● **DIRECTIONS**:
Write out again, exactly, the lines below starting at the one with "#2=PRODUCT_CONTEXT('',#1,'mechanical');" and ending at the one with "#35=EDGE_CURVE('',#14,#30,#34,.T.);".

(ENTRIES PROVIDED Opens)

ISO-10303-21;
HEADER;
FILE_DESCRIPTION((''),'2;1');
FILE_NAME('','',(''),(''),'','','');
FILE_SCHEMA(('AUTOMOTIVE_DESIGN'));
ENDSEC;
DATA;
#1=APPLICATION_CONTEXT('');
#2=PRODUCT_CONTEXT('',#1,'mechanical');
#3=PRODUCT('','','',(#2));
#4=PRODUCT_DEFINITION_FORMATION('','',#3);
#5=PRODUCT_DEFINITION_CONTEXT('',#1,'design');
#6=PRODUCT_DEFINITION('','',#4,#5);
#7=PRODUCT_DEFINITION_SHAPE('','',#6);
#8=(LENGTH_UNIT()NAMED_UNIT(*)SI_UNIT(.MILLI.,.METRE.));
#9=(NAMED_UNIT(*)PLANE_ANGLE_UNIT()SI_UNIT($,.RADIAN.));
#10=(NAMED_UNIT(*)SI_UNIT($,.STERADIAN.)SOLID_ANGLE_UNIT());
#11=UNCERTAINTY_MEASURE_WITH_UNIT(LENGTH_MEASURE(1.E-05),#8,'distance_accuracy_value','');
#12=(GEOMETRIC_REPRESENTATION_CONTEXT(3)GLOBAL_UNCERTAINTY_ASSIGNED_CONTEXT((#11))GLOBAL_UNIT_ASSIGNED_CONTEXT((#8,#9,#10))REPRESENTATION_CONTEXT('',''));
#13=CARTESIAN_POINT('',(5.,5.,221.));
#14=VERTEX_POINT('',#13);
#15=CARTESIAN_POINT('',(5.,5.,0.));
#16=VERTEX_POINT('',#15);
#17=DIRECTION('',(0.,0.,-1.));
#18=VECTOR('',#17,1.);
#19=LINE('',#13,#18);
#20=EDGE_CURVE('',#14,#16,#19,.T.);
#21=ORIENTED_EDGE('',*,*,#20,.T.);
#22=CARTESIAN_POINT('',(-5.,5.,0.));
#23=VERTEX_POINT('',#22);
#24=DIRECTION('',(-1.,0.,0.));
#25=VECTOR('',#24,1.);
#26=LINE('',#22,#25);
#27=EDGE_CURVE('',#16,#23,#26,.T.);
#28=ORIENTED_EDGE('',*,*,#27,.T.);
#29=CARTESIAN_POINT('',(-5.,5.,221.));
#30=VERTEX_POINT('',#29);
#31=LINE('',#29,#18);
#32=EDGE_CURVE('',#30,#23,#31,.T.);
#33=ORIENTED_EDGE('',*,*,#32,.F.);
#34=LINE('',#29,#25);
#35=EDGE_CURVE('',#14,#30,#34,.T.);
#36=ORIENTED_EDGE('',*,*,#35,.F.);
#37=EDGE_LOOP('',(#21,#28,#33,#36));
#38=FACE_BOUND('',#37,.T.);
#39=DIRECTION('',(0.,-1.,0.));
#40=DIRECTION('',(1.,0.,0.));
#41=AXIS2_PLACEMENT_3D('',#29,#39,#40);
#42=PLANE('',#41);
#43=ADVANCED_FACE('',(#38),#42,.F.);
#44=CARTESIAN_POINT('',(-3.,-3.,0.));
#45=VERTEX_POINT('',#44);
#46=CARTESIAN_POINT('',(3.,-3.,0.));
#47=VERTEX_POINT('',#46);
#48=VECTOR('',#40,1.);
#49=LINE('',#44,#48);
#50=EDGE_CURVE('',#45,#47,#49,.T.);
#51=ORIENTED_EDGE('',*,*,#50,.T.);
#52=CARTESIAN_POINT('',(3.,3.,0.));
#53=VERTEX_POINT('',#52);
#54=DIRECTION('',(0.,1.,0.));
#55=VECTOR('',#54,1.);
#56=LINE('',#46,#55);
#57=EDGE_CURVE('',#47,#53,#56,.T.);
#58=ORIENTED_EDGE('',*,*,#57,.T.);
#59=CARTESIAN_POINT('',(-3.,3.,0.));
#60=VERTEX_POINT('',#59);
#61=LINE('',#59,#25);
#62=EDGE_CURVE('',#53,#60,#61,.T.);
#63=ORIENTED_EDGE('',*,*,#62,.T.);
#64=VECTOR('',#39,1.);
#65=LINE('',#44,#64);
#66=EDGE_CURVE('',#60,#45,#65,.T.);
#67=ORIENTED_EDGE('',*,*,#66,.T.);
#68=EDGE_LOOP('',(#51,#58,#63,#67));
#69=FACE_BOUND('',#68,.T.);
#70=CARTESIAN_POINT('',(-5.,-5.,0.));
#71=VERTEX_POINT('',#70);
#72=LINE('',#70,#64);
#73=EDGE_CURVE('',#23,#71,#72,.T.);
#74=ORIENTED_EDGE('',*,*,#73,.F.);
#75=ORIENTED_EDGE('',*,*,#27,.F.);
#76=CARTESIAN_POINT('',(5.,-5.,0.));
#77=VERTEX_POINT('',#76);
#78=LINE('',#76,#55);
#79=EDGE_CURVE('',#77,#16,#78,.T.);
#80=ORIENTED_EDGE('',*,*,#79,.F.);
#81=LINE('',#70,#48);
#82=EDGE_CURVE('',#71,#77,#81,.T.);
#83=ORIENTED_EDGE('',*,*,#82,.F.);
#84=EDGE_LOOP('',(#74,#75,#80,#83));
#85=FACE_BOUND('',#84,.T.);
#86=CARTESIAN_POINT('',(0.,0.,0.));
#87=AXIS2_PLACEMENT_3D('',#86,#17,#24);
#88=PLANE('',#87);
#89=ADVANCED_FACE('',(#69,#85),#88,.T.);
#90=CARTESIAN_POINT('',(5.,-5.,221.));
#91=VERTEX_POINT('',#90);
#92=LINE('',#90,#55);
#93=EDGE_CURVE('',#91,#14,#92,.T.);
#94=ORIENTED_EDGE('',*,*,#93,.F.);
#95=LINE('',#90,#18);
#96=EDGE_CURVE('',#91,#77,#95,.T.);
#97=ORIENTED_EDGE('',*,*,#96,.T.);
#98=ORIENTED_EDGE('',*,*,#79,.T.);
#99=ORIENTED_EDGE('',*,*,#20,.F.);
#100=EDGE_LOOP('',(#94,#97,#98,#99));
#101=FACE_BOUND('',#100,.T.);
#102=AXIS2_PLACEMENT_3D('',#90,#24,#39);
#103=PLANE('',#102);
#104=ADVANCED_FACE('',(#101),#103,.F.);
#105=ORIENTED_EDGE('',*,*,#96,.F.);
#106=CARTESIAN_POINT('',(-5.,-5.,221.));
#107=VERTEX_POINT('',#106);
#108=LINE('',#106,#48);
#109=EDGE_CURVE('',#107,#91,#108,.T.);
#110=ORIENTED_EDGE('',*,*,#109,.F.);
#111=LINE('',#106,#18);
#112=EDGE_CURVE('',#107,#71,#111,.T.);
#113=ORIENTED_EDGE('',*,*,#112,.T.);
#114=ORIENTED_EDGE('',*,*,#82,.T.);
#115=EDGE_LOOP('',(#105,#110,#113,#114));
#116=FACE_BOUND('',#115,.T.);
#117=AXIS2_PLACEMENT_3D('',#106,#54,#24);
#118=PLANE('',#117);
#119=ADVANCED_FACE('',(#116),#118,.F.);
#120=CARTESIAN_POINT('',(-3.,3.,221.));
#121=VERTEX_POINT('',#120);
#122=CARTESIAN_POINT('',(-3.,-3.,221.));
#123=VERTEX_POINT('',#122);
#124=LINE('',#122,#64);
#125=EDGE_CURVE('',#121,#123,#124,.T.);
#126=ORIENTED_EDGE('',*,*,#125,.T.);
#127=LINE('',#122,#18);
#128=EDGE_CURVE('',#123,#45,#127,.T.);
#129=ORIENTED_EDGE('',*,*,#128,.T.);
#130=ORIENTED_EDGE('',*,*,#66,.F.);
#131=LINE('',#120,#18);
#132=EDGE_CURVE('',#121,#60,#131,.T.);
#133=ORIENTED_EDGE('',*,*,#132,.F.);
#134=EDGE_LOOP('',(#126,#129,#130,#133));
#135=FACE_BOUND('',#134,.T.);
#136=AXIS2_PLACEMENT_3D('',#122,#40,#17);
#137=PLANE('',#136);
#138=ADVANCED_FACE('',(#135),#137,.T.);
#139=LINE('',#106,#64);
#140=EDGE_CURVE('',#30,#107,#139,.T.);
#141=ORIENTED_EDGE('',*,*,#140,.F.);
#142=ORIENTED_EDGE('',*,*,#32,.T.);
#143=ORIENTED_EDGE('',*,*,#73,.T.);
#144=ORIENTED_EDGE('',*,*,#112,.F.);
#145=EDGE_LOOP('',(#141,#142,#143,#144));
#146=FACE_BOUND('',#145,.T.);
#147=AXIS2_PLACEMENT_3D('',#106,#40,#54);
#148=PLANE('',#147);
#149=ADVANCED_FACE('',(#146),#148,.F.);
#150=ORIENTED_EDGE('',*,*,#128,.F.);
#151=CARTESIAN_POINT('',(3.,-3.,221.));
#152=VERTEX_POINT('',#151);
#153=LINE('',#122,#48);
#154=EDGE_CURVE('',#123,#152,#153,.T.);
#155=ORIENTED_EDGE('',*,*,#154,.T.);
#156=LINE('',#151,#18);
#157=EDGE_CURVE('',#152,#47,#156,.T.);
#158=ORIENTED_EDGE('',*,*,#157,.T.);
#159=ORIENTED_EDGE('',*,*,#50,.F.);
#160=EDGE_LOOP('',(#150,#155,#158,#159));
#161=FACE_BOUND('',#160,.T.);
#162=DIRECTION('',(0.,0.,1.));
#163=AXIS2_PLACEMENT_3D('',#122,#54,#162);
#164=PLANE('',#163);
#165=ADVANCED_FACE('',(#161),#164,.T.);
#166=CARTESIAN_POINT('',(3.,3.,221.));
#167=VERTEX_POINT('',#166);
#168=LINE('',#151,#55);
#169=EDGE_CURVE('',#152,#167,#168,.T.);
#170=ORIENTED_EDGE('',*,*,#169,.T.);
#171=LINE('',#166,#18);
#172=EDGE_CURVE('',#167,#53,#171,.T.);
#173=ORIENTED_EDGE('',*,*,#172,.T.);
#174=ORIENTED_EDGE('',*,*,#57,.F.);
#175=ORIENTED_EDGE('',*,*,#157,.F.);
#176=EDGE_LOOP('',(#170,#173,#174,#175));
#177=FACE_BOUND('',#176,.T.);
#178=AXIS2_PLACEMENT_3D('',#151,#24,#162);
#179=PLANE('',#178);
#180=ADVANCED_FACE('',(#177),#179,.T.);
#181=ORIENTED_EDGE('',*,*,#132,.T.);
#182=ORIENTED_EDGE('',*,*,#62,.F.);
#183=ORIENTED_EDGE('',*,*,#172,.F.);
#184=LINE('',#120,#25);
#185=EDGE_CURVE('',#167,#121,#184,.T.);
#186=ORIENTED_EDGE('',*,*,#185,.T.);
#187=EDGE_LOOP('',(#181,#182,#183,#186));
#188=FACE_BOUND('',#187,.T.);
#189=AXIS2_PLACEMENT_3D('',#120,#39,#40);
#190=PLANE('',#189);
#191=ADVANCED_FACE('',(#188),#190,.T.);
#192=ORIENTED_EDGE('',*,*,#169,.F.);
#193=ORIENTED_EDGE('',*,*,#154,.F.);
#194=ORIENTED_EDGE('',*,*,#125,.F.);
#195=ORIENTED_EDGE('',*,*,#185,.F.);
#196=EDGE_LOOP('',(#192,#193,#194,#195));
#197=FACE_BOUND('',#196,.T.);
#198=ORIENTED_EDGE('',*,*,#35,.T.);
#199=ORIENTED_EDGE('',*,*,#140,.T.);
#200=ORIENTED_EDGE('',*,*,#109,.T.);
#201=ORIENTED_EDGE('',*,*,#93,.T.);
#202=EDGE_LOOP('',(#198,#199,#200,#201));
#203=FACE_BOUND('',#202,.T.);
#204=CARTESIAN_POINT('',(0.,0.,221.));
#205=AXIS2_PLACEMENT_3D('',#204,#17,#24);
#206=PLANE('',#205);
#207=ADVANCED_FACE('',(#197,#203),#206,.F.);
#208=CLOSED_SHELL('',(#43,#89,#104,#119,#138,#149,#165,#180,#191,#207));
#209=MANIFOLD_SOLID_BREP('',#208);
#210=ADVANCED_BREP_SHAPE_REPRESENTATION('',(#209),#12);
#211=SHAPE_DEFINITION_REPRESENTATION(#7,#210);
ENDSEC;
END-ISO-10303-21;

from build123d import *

# Parameters (mm, degrees)
SKETCH1_W           = 10
SKETCH1_H           = 10
SKETCH1_W_2         = 6
SKETCH1_H_2         = 6
BOSS_EXTRUDE1_DEPTH = 221


with BuildPart() as part:
    # Sketch1 → Boss-Extrude1 (new body)
    with BuildSketch(Plane.XY):
        Rectangle(SKETCH1_W, SKETCH1_H)
        Rectangle(SKETCH1_W_2, SKETCH1_H_2, mode=Mode.SUBTRACT)
    extrude(amount=BOSS_EXTRUDE1_DEPTH)


solid = part.part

(ENTRIES PROVIDED Closes)

● **YOUR RESPONSE**:
#2=PRODUCT_CONTEXT('',#1,'mechanical');
#3=PRODUCT('','','',(#2));
#4=PRODUCT_DEFINITION_FORMATION('','',#3);
#5=PRODUCT_DEFINITION_CONTEXT('',#1,'design');
#6=PRODUCT_DEFINITION('','',#4,#5);
#7=PRODUCT_DEFINITION_SHAPE('','',#6);
#8=(LENGTH_UNIT()NAMED_UNIT(*)SI_UNIT(.MILLI.,.METRE.));
#9=(NAMED_UNIT(*)PLANE_ANGLE_UNIT()SI_UNIT($,.RADIAN.));
#10=(NAMED_UNIT(*)SI_UNIT($,.STERADIAN.)SOLID_ANGLE_UNIT());
#11=UNCERTAINTY_MEASURE_WITH_UNIT(LENGTH_MEASURE(1.E-05),#8,'distance_accuracy_value','');
#12=(GEOMETRIC_REPRESENTATION_CONTEXT(3)GLOBAL_UNCERTAINTY_ASSIGNED_CONTEXT((#11))GLOBAL_UNIT_ASSIGNED_CONTEXT((#8,#9,#10))REPRESENTATION_CONTEXT('',''));
#13=CARTESIAN_POINT('',(5.,5.,221.));
#14=VERTEX_POINT('',#13);
#15=CARTESIAN_POINT('',(5.,5.,0.));
#16=VERTEX_POINT('',#15);
#17=DIRECTION('',(0.,0.,-1.));
#18=VECTOR('',#17,1.);
#19=LINE('',#13,#18);
#20=EDGE_CURVE('',#14,#16,#19,.T.);
#21=ORIENTED_EDGE('',*,*,#20,.T.);
#22=CARTESIAN_POINT('',(-5.,5.,0.));
#23=VERTEX_POINT('',#22);
#24=DIRECTION('',(-1.,0.,0.));
#25=VECTOR('',#24,1.);
#26=LINE('',#22,#25);
#27=EDGE_CURVE('',#16,#23,#26,.T.);
#28=ORIENTED_EDGE('',*,*,#27,.T.);
#29=CARTESIAN_POINT('',(-5.,5.,221.));
#30=VERTEX_POINT('',#29);
#31=LINE('',#29,#18);
#32=EDGE_CURVE('',#30,#23,#31,.T.);
#33=ORIENTED_EDGE('',*,*,#32,.F.);
#34=LINE('',#29,#25);
#35=EDGE_CURVE('',#14,#30,#34,.T.);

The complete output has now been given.